What you are asked to do: Only the lines below starting at the one that contains "v -5.582 4.056 25" and ending at the one that contains "v 39.949 -56.705 2" are to be reproduced, exactly and with both ends kept.
──────────────────────────────
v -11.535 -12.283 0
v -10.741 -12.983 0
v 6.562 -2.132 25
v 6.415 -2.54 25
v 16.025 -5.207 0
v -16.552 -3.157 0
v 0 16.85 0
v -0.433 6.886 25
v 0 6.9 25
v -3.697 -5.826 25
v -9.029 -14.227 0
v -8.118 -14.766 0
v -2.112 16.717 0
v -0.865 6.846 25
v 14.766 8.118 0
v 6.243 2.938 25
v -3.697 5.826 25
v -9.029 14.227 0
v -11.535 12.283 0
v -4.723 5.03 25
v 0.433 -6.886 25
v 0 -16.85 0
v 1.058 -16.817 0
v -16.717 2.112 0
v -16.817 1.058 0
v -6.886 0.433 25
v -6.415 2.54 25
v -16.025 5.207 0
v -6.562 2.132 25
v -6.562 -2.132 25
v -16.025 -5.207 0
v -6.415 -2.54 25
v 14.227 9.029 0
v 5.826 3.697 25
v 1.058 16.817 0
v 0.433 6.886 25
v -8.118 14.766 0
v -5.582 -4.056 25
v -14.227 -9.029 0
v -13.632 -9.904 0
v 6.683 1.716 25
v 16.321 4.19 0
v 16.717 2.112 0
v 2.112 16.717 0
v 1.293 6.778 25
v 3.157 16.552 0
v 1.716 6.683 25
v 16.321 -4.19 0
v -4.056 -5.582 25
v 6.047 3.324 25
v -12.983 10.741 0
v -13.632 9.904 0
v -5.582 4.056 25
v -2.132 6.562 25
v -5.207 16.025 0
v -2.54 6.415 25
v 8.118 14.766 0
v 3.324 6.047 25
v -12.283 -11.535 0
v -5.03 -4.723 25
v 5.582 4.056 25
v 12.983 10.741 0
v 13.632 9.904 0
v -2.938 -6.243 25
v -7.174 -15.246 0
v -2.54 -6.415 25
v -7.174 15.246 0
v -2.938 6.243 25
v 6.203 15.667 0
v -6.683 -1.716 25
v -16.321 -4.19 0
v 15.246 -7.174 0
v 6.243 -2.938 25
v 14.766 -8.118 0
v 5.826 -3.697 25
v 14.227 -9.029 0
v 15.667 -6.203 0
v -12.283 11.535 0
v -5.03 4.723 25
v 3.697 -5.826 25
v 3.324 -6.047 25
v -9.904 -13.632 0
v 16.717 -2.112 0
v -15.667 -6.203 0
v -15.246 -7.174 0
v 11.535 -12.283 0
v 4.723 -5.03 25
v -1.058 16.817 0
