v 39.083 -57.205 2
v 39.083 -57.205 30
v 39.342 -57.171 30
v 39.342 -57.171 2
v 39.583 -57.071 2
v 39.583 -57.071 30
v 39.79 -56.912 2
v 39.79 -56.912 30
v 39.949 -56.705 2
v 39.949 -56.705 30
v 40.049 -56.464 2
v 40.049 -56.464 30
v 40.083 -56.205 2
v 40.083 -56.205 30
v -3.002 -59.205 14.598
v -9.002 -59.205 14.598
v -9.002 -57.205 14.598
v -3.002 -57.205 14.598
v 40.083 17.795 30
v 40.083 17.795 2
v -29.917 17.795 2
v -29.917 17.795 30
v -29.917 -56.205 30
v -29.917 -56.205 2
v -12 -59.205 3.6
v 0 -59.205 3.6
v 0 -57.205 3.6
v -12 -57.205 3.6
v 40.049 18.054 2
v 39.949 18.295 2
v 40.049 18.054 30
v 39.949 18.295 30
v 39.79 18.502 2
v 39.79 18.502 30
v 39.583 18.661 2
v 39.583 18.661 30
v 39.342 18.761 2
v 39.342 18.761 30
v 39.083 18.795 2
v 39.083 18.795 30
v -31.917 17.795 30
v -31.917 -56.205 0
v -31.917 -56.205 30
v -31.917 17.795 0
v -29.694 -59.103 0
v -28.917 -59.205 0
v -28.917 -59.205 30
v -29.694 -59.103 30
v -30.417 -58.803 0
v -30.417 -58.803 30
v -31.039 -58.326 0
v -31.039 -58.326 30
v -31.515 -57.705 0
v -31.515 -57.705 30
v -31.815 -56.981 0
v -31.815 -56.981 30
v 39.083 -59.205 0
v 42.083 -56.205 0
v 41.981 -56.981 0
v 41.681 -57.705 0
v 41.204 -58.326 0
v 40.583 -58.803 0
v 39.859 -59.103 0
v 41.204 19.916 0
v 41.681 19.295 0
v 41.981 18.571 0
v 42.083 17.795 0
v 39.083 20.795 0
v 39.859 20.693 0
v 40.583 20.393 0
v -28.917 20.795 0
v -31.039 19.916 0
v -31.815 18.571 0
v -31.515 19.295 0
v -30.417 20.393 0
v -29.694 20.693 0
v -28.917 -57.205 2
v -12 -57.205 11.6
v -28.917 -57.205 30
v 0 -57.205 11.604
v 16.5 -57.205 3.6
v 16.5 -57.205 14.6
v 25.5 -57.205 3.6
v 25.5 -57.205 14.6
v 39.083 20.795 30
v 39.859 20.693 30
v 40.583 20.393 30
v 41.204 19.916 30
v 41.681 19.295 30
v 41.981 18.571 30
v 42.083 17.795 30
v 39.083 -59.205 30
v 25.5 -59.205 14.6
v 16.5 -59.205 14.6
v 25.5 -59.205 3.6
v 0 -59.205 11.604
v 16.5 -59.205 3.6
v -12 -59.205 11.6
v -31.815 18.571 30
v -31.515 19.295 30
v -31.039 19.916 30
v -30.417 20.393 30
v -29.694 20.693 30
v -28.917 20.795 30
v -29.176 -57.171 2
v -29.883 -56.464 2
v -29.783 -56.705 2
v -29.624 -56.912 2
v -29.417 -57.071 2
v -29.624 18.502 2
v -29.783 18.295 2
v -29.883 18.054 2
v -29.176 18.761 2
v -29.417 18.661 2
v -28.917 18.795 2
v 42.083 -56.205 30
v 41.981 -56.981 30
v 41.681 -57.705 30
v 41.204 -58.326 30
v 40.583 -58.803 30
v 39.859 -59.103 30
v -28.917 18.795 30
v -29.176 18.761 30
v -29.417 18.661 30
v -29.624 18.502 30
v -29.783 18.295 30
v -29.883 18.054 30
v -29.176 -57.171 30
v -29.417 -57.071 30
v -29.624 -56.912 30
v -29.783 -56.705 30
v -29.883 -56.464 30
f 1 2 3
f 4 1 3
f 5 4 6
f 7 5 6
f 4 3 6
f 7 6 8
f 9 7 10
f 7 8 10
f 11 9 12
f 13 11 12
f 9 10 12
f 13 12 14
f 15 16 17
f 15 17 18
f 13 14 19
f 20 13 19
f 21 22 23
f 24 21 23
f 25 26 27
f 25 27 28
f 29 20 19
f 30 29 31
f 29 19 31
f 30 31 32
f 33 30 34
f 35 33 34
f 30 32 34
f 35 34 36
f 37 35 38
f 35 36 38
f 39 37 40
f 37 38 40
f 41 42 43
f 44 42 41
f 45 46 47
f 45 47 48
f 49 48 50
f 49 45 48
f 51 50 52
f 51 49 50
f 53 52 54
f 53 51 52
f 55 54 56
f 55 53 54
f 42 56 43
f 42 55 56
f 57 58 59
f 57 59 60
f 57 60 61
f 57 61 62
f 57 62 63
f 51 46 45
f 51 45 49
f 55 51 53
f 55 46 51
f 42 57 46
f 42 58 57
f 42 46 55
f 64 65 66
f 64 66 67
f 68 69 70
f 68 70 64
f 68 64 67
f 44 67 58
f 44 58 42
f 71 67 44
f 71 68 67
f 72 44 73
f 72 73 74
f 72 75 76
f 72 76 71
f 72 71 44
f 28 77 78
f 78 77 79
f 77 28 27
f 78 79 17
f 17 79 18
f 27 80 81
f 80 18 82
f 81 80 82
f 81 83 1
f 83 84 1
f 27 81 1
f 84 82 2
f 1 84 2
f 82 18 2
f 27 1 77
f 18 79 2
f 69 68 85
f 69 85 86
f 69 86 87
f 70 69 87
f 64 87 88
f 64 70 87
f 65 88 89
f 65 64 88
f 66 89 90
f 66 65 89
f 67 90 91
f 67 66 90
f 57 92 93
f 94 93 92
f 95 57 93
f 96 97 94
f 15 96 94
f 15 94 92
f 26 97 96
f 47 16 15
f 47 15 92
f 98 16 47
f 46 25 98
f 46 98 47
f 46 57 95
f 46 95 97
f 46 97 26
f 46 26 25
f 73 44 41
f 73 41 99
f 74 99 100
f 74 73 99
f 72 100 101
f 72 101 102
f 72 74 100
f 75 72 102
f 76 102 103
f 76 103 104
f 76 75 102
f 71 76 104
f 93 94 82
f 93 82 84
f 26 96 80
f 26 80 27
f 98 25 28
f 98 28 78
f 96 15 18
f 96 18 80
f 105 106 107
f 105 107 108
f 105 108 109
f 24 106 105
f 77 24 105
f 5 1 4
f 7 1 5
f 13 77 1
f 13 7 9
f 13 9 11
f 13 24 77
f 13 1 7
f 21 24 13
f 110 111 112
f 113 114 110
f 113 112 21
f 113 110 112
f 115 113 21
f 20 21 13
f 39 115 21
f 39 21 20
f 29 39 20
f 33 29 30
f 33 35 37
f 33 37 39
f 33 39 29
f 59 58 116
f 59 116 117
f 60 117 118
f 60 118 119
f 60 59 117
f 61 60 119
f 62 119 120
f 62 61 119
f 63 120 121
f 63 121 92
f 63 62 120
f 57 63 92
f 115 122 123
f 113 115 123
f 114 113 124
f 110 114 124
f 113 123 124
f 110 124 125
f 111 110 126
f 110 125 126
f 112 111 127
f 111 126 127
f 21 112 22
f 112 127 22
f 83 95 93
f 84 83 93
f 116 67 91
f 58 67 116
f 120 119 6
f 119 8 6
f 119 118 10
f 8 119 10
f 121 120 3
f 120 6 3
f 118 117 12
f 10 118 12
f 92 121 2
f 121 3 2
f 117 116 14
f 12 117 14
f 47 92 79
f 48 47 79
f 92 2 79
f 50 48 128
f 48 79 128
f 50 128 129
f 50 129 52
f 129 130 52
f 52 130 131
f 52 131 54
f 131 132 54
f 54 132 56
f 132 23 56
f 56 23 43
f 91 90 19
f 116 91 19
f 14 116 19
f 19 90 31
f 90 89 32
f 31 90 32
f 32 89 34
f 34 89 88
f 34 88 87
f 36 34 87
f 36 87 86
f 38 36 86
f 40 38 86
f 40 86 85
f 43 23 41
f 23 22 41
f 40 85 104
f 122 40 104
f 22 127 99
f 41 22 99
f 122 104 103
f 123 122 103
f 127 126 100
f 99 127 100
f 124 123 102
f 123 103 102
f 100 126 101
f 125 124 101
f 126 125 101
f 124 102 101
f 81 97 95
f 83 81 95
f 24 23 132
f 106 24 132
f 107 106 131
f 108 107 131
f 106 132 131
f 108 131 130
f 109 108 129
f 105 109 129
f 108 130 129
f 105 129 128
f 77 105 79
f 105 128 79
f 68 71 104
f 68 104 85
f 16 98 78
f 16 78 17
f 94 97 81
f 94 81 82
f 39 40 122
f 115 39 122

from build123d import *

# Parameters (mm, degrees)
BOSS_EXTRUDE2_DEPTH = 30
CUT_EXTRUDE3_DEPTH  = 28
SKETCH10_W          = 9
SKETCH10_H          = 11
CUT_EXTRUDE4_DEPTH  = 3


with BuildPart() as part:
    # Sketch2 → Boss-Extrude2 (new body)
    with BuildSketch(Plane.XY):
        with BuildLine():
            Line((-28.917214192, 20.79500657), (39.082785808, 20.79500657))
            ThreePointArc((39.082785808, 20.79500657), (41.204106152, 19.916326914), (42.082785808, 17.79500657))
            Line((42.082785808, 17.79500657), (42.082785808, -56.20499343))
            ThreePointArc((42.082785808, -56.20499343), (41.204106152, -58.326313773), (39.082785808, -59.20499343))
            Line((39.082785808, -59.20499343), (-28.917214192, -59.20499343))
            ThreePointArc((-28.917214192, -59.20499343), (-31.038534535, -58.326313773), (-31.917214192, -56.20499343))
            Line((-31.917214192, -56.20499343), (-31.917214192, 17.79500657))
            ThreePointArc((-31.917214192, 17.79500657), (-31.038534535, 19.916326914), (-28.917214192, 20.79500657))
        make_face()
    extrude(amount=BOSS_EXTRUDE2_DEPTH)

    # Sketch7 → Cut-Extrude3 (cut)
    with BuildSketch(Plane.XY.offset(30)):
        with BuildLine():
            Line((-28.917214192, -57.20499343), (39.082785808, -57.20499343))
            ThreePointArc((39.082785808, -57.20499343), (39.789892589, -56.912100211), (40.082785808, -56.20499343))
            Line((40.082785808, -56.20499343), (40.082785808, 17.79500657))
            ThreePointArc((40.082785808, 17.79500657), (39.789892589, 18.502113351), (39.082785808, 18.79500657))
            Line((39.082785808, 18.79500657), (-28.917214192, 18.79500657))
            ThreePointArc((-28.917214192, 18.79500657), (-29.624320973, 18.502113351), (-29.917214192, 17.79500657))
            Line((-29.917214192, 17.79500657), (-29.917214192, -56.20499343))
            ThreePointArc((-29.917214192, -56.20499343), (-29.624320973, -56.912100211), (-28.917214192, -57.20499343))
        make_face()
    extrude(amount=-CUT_EXTRUDE3_DEPTH, mode=Mode.SUBTRACT)

    # Sketch10 → Cut-Extrude4 (cut)
    with BuildSketch(Plane.XZ.offset(59.20499343)):
        Polygon((-12, 11.6), (-9.001867248, 14.598132752), (-3.001867248, 14.598132752), (0, 11.603739153), (0, 3.6), (-12, 3.6), align=None)
        with Locations((21, 9.1)):
            Rectangle(SKETCH10_W, SKETCH10_H)
    extrude(amount=-CUT_EXTRUDE4_DEPTH, mode=Mode.SUBTRACT)


solid = part.part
──────────────────────────────
Output for this task:
v -5.582 4.056 25
v -2.132 6.562 25
v -5.207 16.025 0
v -2.54 6.415 25
v 8.118 14.766 0
v 3.324 6.047 25
v -12.283 -11.535 0
v -5.03 -4.723 25
v 5.582 4.056 25
v 12.983 10.741 0
v 13.632 9.904 0
v -2.938 -6.243 25
v -7.174 -15.246 0
v -2.54 -6.415 25
v -7.174 15.246 0
v -2.938 6.243 25
v 6.203 15.667 0
v -6.683 -1.716 25
v -16.321 -4.19 0
v 15.246 -7.174 0
v 6.243 -2.938 25
v 14.766 -8.118 0
v 5.826 -3.697 25
v 14.227 -9.029 0
v 15.667 -6.203 0
v -12.283 11.535 0
v -5.03 4.723 25
v 3.697 -5.826 25
v 3.324 -6.047 25
v -9.904 -13.632 0
v 16.717 -2.112 0
v -15.667 -6.203 0
v -15.246 -7.174 0
v 11.535 -12.283 0
v 4.723 -5.03 25
v -1.058 16.817 0
v 39.083 -57.205 2
v 39.083 -57.205 30
v 39.342 -57.171 30
v 39.342 -57.171 2
v 39.583 -57.071 2
v 39.583 -57.071 30
v 39.79 -56.912 2
v 39.79 -56.912 30
v 39.949 -56.705 2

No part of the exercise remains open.